Just saw your post about someone and their new spoiler. The comment that caught my eye was however, about 20" wheels. Have you explored the feasability of putting 20's on your Eos? I know the Highway 1 used 20"x8" Mille Miglia's, but finding an 8" width is not very common. I was thinking of going with 20"x8.5" wheels. Just wondered what you had to say about this and if you'd asked an installer if 20's would work. Thanks !


----------



## gilesrulz (Nov 2, 2006)

*Re: New Spoiler Photos (neweosowner)*

I gave this thread a skip the first time through because I've not seen a spoiler yet that I thought complimented the lines of the Eos, but now I think I might add this to the fray.
This is not Romper Room. This is the interwebnets. If you are afraid of what people might say about your post/picture/daughters birthmark, for craps sake don't post it/them. No body is going to hold their tongue when there's no recourse to flapping it. Why you would expect the same is beyond me. I would like to be clear here that I would much prefer a civil discourse on these boards, but if you are offended by what people say in this public forum, where irony, and humor can be completely lost, and English is not necessarily the first language, you really ought to do a more thorough job looking for Romper Room.


----------



## kghia (Nov 16, 2006)

*Re: New Spoiler Photos (gdevitry)*

hey, you said that the spoiler uses tape and not bolts-- does this mean that it is easily reversible?
(by the _next owner_, if any)
I guess removal would probably take off some paint? That seems reasonably reversible.
I don't think it looks horrible by any means, and looks well matched, although I too would prefer the low lip like the Highway 1. But for my VWs I try to only make easily reversible modifications, so that they could be turned back to stock without non-original bodywork, welding etc. (even with those I never plan to sell, like my Ghia)
So I feel OK doing subtle changes, retrofits, to lights and accessories, but would never cut my dash for a bigger radio (not needed in the Eos, but a problem in my Ghia)
Congratulations! It looks well done. Is it "only" for style, or do you think it is giving any down pressure? (for those _fast_ curves!)
William
PS. I have wanted full-flow oil filtering for my Ghia, but was told that I should not drill-and-tap the original #s engine, and all of the in-and-put through the pump methods get engineering criticism. I'm a nut, so...I wait and look for partial filter Fram cannisters. But even some other aircooled fanatics laugh when I tell that I put my mileage logs into a spreadsheet.

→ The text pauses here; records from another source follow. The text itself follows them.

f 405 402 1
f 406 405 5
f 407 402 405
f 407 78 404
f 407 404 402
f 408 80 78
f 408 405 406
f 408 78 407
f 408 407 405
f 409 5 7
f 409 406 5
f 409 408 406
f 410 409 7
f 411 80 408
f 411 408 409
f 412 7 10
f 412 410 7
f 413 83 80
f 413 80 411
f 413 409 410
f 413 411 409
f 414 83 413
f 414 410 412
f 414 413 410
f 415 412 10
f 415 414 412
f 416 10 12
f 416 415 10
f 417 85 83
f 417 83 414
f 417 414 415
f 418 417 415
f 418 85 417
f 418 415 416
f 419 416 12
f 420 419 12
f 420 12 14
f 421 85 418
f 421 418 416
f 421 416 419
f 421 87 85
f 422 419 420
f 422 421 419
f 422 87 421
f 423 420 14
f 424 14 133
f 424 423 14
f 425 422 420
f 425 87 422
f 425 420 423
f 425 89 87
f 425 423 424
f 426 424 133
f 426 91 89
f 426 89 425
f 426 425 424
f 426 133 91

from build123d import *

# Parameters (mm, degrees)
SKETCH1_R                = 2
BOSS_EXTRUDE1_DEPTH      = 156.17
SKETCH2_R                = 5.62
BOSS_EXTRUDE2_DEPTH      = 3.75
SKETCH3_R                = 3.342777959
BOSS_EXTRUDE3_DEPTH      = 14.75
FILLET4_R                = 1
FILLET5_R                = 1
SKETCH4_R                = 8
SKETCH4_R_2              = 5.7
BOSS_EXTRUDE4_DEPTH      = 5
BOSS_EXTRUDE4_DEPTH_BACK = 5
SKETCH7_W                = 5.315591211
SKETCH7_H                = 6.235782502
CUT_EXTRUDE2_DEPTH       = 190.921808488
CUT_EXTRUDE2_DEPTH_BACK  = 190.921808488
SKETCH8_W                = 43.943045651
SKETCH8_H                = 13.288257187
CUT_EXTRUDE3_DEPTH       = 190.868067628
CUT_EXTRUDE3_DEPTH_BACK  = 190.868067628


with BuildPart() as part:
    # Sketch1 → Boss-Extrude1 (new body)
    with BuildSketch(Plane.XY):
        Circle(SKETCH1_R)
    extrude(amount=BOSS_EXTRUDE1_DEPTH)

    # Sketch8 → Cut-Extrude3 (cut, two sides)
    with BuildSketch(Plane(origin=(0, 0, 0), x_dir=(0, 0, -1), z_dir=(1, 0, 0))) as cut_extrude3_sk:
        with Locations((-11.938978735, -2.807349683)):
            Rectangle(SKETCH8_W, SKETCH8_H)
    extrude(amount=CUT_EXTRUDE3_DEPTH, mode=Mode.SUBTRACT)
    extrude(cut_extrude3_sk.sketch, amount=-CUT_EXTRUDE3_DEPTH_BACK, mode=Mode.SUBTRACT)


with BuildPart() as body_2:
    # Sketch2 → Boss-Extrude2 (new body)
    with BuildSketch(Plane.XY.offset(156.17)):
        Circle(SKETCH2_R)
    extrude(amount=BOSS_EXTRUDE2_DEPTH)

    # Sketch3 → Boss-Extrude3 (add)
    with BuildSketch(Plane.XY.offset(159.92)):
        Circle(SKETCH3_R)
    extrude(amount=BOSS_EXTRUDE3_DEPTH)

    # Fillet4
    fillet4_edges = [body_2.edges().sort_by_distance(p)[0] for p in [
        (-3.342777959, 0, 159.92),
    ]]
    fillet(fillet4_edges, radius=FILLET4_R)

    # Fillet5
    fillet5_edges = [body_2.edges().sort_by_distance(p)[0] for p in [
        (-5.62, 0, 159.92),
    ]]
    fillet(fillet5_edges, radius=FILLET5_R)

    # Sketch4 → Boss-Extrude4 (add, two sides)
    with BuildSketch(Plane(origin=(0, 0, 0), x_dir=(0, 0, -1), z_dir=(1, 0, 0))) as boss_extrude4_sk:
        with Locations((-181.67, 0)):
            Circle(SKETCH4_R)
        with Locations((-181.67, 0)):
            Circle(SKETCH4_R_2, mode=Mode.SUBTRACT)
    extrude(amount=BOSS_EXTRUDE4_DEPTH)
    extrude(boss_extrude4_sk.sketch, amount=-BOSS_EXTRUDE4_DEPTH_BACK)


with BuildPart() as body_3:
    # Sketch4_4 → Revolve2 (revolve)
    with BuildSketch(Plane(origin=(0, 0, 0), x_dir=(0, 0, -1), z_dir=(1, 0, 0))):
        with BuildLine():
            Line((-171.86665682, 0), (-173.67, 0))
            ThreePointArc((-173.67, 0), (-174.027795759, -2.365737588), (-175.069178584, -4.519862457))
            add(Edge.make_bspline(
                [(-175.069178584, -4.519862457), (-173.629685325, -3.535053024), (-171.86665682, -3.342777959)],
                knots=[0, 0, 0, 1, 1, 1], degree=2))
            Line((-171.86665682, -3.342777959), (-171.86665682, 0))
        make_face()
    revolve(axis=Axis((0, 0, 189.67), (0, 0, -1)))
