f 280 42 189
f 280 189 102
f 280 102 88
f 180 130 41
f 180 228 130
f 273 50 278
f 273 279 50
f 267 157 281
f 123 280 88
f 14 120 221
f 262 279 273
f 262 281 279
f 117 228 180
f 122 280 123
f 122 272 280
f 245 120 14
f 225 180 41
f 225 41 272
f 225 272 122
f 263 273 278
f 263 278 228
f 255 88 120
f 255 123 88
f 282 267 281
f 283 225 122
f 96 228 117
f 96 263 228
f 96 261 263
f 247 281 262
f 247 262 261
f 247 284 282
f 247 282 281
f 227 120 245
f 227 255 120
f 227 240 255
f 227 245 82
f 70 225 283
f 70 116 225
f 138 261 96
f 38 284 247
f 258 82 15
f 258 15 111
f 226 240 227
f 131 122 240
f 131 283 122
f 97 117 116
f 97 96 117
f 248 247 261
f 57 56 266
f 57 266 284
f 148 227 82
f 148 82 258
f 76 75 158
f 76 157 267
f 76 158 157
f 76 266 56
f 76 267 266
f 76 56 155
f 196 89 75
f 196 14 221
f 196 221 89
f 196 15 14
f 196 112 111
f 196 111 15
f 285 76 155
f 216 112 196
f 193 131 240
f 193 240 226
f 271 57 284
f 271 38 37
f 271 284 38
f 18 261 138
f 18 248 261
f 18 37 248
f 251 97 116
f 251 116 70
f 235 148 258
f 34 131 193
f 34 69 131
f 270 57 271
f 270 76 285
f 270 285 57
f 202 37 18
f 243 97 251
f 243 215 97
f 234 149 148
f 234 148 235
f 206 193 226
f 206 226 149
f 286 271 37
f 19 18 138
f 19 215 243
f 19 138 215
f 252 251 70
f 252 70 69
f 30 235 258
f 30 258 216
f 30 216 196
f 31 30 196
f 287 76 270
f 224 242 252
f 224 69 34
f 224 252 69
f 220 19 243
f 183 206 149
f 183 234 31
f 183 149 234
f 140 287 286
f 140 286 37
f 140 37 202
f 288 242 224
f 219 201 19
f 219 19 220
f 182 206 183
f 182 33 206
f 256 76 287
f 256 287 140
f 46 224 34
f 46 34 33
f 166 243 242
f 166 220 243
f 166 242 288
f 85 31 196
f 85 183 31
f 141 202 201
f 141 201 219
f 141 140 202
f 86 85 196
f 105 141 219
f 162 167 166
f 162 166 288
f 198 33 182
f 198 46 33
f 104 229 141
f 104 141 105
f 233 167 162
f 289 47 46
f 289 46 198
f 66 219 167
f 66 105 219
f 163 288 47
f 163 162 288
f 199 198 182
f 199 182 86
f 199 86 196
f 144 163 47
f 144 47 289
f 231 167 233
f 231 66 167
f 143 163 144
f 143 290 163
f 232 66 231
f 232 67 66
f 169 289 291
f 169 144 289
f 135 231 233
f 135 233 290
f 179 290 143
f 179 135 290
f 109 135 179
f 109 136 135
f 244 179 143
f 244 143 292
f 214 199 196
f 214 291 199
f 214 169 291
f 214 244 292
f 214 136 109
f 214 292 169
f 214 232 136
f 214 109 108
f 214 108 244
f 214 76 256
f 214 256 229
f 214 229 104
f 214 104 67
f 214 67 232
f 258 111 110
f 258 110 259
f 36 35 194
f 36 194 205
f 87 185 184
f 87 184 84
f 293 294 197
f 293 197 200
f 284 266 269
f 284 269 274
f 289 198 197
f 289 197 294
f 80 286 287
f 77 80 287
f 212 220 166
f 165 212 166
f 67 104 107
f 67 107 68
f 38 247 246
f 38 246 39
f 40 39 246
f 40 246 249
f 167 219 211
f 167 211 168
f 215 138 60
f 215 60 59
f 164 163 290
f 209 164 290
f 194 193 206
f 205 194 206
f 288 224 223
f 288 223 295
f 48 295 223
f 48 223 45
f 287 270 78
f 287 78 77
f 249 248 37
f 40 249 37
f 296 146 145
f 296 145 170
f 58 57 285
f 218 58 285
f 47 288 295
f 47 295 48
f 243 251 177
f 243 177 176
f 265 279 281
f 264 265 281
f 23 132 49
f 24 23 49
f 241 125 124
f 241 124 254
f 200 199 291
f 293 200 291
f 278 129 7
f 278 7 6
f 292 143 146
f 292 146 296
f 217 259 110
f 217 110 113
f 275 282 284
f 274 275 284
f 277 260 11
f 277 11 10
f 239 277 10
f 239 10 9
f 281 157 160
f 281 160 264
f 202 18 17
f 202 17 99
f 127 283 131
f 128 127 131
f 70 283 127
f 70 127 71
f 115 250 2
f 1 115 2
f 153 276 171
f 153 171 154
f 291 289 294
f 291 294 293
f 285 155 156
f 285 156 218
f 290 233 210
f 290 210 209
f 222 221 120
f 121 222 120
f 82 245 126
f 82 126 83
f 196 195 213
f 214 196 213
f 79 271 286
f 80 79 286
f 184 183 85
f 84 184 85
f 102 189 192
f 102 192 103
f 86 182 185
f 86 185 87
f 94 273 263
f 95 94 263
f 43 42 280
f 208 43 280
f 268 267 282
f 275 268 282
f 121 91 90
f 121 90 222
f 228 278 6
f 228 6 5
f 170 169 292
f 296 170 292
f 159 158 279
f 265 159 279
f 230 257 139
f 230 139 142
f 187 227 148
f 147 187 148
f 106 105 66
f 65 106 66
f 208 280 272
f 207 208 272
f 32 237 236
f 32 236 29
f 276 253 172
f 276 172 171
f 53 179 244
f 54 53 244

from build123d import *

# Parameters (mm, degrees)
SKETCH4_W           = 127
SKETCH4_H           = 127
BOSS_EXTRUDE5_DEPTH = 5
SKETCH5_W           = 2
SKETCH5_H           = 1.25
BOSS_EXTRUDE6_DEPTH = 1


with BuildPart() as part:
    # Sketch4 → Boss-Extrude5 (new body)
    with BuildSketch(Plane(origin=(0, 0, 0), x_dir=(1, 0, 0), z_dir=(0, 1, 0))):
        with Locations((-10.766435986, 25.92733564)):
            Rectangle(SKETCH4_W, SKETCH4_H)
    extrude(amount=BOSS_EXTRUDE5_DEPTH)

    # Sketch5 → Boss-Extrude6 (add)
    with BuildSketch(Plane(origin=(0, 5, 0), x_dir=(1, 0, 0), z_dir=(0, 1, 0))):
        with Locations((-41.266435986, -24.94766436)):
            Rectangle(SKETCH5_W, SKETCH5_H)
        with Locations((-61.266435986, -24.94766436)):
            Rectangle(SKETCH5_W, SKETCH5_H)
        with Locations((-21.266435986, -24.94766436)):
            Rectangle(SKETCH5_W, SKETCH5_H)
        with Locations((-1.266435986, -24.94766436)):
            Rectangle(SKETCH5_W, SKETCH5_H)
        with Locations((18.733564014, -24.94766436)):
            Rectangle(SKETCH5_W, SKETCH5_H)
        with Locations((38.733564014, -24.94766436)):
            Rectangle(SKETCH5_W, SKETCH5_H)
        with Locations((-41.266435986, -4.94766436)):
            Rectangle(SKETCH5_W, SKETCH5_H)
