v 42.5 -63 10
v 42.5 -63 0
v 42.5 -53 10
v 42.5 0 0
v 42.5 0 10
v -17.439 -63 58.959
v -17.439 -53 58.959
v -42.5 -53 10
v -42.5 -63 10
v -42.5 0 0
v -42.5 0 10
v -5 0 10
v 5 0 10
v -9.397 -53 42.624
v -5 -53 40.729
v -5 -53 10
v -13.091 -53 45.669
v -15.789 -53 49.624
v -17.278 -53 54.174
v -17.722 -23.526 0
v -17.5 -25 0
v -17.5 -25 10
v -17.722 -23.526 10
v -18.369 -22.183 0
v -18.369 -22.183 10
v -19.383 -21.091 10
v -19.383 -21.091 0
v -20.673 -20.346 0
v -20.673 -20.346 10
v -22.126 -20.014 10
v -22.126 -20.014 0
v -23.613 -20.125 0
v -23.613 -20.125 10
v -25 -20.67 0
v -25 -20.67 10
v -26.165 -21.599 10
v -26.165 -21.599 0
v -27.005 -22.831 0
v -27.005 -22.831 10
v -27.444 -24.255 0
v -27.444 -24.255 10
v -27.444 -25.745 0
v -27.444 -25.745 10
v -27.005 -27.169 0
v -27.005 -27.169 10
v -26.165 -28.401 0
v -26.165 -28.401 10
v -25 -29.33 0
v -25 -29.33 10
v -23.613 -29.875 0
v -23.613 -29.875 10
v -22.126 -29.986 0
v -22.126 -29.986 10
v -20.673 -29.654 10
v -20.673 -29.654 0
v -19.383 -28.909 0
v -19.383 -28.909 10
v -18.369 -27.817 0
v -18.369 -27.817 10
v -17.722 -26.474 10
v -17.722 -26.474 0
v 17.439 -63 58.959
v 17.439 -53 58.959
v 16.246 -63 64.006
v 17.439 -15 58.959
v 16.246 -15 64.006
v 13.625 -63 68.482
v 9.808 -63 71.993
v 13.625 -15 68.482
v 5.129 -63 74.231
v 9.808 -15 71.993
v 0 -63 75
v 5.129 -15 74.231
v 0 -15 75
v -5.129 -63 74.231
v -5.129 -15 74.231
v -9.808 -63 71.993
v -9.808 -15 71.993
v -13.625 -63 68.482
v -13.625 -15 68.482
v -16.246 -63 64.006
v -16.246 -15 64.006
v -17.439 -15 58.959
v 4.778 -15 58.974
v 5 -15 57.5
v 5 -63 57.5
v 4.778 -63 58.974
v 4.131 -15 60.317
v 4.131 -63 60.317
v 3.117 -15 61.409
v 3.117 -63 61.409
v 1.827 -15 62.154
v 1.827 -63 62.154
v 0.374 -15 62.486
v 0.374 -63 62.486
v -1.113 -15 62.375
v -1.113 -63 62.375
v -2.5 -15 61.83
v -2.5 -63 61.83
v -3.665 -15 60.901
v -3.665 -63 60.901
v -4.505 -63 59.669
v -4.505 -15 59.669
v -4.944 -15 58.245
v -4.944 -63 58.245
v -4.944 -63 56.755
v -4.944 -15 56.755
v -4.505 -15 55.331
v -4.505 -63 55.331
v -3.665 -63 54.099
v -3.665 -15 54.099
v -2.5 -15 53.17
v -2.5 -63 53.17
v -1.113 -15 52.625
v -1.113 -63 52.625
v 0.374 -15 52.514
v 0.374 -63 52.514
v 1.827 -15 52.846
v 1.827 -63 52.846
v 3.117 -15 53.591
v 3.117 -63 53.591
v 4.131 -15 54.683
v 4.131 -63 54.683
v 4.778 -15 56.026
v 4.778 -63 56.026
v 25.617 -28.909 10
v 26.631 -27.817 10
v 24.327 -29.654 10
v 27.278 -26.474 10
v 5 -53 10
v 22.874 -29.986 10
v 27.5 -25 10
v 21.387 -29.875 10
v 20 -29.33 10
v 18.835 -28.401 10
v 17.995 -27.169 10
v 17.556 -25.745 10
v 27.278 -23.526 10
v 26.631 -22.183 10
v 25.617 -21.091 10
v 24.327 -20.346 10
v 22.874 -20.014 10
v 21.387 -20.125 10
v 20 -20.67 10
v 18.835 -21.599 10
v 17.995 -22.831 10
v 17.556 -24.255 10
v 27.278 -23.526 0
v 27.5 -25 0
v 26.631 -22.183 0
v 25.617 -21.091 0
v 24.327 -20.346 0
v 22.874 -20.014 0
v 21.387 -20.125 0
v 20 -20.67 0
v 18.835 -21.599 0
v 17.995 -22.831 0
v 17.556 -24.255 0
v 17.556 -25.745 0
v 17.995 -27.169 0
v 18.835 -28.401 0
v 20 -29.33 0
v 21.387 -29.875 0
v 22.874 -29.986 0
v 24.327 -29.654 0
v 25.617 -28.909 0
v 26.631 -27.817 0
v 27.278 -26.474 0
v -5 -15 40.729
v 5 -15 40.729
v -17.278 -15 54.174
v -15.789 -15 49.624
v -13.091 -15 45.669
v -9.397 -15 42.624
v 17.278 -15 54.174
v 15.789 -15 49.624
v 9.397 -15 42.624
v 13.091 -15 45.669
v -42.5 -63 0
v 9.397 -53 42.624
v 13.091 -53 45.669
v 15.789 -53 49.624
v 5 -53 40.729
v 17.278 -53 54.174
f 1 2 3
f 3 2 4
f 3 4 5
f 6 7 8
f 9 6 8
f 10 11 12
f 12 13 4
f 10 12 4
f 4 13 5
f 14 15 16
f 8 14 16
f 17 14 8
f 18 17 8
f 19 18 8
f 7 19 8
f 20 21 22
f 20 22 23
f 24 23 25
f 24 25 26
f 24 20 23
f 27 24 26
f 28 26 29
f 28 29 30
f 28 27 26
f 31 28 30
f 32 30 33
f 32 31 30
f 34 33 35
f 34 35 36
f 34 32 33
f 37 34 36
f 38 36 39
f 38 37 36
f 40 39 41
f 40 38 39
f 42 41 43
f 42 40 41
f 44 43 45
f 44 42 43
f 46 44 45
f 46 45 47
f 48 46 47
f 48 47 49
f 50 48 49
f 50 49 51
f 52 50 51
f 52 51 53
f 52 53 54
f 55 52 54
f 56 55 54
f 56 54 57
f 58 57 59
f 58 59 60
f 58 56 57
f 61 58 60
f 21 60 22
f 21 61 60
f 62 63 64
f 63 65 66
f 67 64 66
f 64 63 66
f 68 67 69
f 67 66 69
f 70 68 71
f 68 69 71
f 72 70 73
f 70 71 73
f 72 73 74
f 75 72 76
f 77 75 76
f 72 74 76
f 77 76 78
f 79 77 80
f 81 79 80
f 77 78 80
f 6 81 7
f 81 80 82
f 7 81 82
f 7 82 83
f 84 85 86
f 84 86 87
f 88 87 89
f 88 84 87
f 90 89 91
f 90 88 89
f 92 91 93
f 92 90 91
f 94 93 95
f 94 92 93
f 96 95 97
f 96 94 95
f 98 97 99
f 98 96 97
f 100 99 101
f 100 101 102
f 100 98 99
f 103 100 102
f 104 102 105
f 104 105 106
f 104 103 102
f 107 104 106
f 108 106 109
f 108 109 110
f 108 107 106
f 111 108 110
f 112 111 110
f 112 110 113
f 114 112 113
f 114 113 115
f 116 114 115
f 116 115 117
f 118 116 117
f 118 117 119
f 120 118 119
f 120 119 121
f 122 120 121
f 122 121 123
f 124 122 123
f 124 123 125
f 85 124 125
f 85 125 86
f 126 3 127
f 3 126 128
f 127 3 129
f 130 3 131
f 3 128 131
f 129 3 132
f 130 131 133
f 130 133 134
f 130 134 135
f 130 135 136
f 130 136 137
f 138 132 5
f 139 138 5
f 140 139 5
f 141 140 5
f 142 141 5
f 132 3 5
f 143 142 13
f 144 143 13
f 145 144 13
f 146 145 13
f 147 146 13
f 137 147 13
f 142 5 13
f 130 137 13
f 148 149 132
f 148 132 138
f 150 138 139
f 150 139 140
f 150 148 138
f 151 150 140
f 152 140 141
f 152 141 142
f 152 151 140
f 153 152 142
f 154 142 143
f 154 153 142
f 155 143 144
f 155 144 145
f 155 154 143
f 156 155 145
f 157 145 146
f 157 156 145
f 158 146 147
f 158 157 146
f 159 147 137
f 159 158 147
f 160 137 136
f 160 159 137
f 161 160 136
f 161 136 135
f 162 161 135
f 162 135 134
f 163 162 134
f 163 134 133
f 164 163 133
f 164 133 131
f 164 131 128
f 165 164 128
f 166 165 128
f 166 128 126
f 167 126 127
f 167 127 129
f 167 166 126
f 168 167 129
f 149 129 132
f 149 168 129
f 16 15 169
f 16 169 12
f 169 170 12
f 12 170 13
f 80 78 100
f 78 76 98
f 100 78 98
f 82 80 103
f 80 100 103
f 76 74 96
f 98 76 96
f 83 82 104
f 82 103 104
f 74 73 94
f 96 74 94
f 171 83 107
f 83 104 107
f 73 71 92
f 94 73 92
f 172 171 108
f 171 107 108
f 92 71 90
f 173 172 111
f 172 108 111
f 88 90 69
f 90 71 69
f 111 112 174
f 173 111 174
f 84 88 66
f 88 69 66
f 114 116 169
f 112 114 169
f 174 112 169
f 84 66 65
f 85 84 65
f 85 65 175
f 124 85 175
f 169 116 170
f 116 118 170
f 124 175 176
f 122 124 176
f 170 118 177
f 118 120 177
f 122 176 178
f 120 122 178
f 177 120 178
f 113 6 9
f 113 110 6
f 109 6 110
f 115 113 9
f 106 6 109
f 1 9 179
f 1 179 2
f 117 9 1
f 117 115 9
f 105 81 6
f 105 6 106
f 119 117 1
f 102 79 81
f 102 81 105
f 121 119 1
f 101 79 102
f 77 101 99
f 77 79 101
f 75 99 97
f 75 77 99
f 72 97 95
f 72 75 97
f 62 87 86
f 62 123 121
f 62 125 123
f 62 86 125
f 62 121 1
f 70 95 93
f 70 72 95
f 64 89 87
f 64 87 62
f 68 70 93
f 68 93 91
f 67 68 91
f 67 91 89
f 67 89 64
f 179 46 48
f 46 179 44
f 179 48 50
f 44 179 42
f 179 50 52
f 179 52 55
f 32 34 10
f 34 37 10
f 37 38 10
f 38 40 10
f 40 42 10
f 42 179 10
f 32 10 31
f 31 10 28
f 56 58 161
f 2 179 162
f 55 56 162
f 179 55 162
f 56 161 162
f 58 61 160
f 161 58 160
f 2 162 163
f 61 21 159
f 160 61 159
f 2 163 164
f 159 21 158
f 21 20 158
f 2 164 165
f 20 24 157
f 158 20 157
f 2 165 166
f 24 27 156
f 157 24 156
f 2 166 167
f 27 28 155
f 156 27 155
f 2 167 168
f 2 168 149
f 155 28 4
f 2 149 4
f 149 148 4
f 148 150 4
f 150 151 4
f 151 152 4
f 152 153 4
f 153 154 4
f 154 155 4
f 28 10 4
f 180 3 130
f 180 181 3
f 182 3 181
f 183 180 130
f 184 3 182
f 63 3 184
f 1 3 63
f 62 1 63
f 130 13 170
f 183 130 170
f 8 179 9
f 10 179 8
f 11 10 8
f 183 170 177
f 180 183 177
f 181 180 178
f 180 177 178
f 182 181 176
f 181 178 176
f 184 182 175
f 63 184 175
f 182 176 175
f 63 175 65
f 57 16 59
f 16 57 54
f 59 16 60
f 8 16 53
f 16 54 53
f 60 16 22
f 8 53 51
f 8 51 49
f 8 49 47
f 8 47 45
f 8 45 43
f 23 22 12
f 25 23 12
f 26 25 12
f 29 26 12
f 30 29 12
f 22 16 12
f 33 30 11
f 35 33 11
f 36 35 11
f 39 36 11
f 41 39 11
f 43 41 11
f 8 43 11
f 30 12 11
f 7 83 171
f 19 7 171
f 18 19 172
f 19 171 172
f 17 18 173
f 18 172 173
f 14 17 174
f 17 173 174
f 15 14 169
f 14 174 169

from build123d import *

# Parameters (mm, degrees)
F0_W     = 37.5
F0_H     = 10
F0_R     = 5
F1_DEPTH = 63
F2_R     = 5
F3_DEPTH = 10
F5_DEPTH = 53
F7_DEPTH = 63
F9_DEPTH = 25


with BuildPart() as f1:
    # F0 (on Front) → F1 (new body)
    with BuildSketch(Plane.XZ):
        Polygon((-5, 0), (0, 0), (5, 0), (5, 10), (-5, 10), align=None)
        with Locations((-23.75, 5)):
            Rectangle(F0_W, F0_H)
        with Locations((23.75, 5)):
            Rectangle(F0_W, F0_H)
        with BuildLine():
            Line((-42.5, 10), (-5, 10))
            Line((-5, 10), (-5, 40.72949))
            ThreePointArc((-5, 40.72949), (-14.455244, 47.63613), (-17.439102, 58.95867))
            Line((-17.439102, 58.95867), (-42.5, 10))
        make_face()
        with BuildLine():
            Line((5, 40.72949), (5, 10))
            Line((5, 10), (42.5, 10))
            Line((42.5, 10), (17.439102, 58.95867))
            ThreePointArc((17.439102, 58.95867), (17.484769, 58.22997), (17.5, 57.5))
            ThreePointArc((17.5, 57.5), (14.031215, 47.04175), (5, 40.72949))
        make_face()
        with BuildLine():
            ThreePointArc((-17.439102, 58.95867), (-14.455244, 47.63613), (-5, 40.72949))
            ThreePointArc((-5, 40.72949), (0, 40), (5, 40.72949))
            ThreePointArc((5, 40.72949), (14.031215, 47.04175), (17.5, 57.5))
            ThreePointArc((17.5, 57.5), (17.484769, 58.22997), (17.439102, 58.95867))
            ThreePointArc((17.439102, 58.95867), (0, 75), (-17.439102, 58.95867))
        make_face()
        with Locations((0, 57.5)):
            Circle(F0_R, mode=Mode.SUBTRACT)
    extrude(amount=F1_DEPTH)

    # F2 (on Top) → F3 (cut)
    with BuildSketch(Plane.XY):
        with Locations((-22.5, -25)):
            Circle(F2_R)
        with Locations((22.5, -25)):
            Circle(F2_R)
    extrude(amount=F3_DEPTH, mode=Mode.SUBTRACT)

    # F4 (on face) → F5 (cut)
    with BuildSketch(Plane(origin=(0, 0, 0), x_dir=(-1, 0, 0), z_dir=(0, 1, 0))):
        with BuildLine():
            Line((-17.439102, 58.95867), (-42.5, 10))
            Line((-42.5, 10), (-5, 10))
            Line((-5, 10), (-5, 40.72949))
            ThreePointArc((-5, 40.72949), (-14.579622, 47.551258), (-17.439102, 58.95867))
        make_face()
        with BuildLine():
            Line((42.5, 10), (17.439102, 58.95867))
            ThreePointArc((17.439102, 58.95867), (14.579622, 47.551258), (5, 40.72949))
            Line((5, 40.72949), (5, 10))
            Line((5, 10), (42.5, 10))
        make_face()
    extrude(amount=-F5_DEPTH, mode=Mode.SUBTRACT)

    # F6 (on face) → F7 (join)
    with BuildSketch(Plane.XZ.offset(63)):
        with BuildLine():
            Line((-5, 40.72949), (-5, 10))
            Line((-5, 10), (5, 10))
            Line((5, 10), (5, 40.72949))
            ThreePointArc((5, 40.72949), (0, 40), (-5, 40.72949))
        make_face()
    extrude(amount=-F7_DEPTH)

    # F8 (on face) → F9 (cut, symmetric)
    with BuildSketch(Plane.YZ.offset(5)):
        Polygon((-15, 40.72949), (0, 10), (0, 75), (-15, 75), align=None)
    extrude(amount=F9_DEPTH, both=True, mode=Mode.SUBTRACT)


solid = f1.part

PPS. hey Michael, there have been a bunch of views of my "birthday of your Eos" post, and no replies--







I was telling myself it was because "its late on a weekend"


----------



## jdl (Dec 7, 2006)

*Re: (gdevitry)*

Greg,
For some reason my previous message didn't get posted. Awesome spoiler. Thanks for posting. With your information and "concerns" from other posters I contacted Spolier Solutions about possibly modifying the spoiler to follow the lines of the tail light better. 
They were very receptive about the suggestions and will contact me this week after talking to the molding department. He also wanted to visit a VW showroom. If they can fix the mold or modify the spoiler after injection then they will consider it. He was also interested in the Eos Forum since that's where the business and design suggestions were coming from. 
I'll keep everyone posted.
Jack


----------



## Mercboyz (Mar 15, 2006)

Looks Great!!!


----------



## Shaka (May 20, 2001)

*Re: New Spoiler Photos (PanEuropean)*

Nevermind, its not worth the reply.


_Modified by Shaka at 5:38 PM 2-5-2007_


----------



## rare (Apr 7, 2005)

*Re: New Spoiler Photos (gdevitry)*


_Quote, originally posted by *gdevitry* »_Thanks, Greg. This is the last thread that I'll be starting. I thought this was a place to share and troubleshoot (not shoot off).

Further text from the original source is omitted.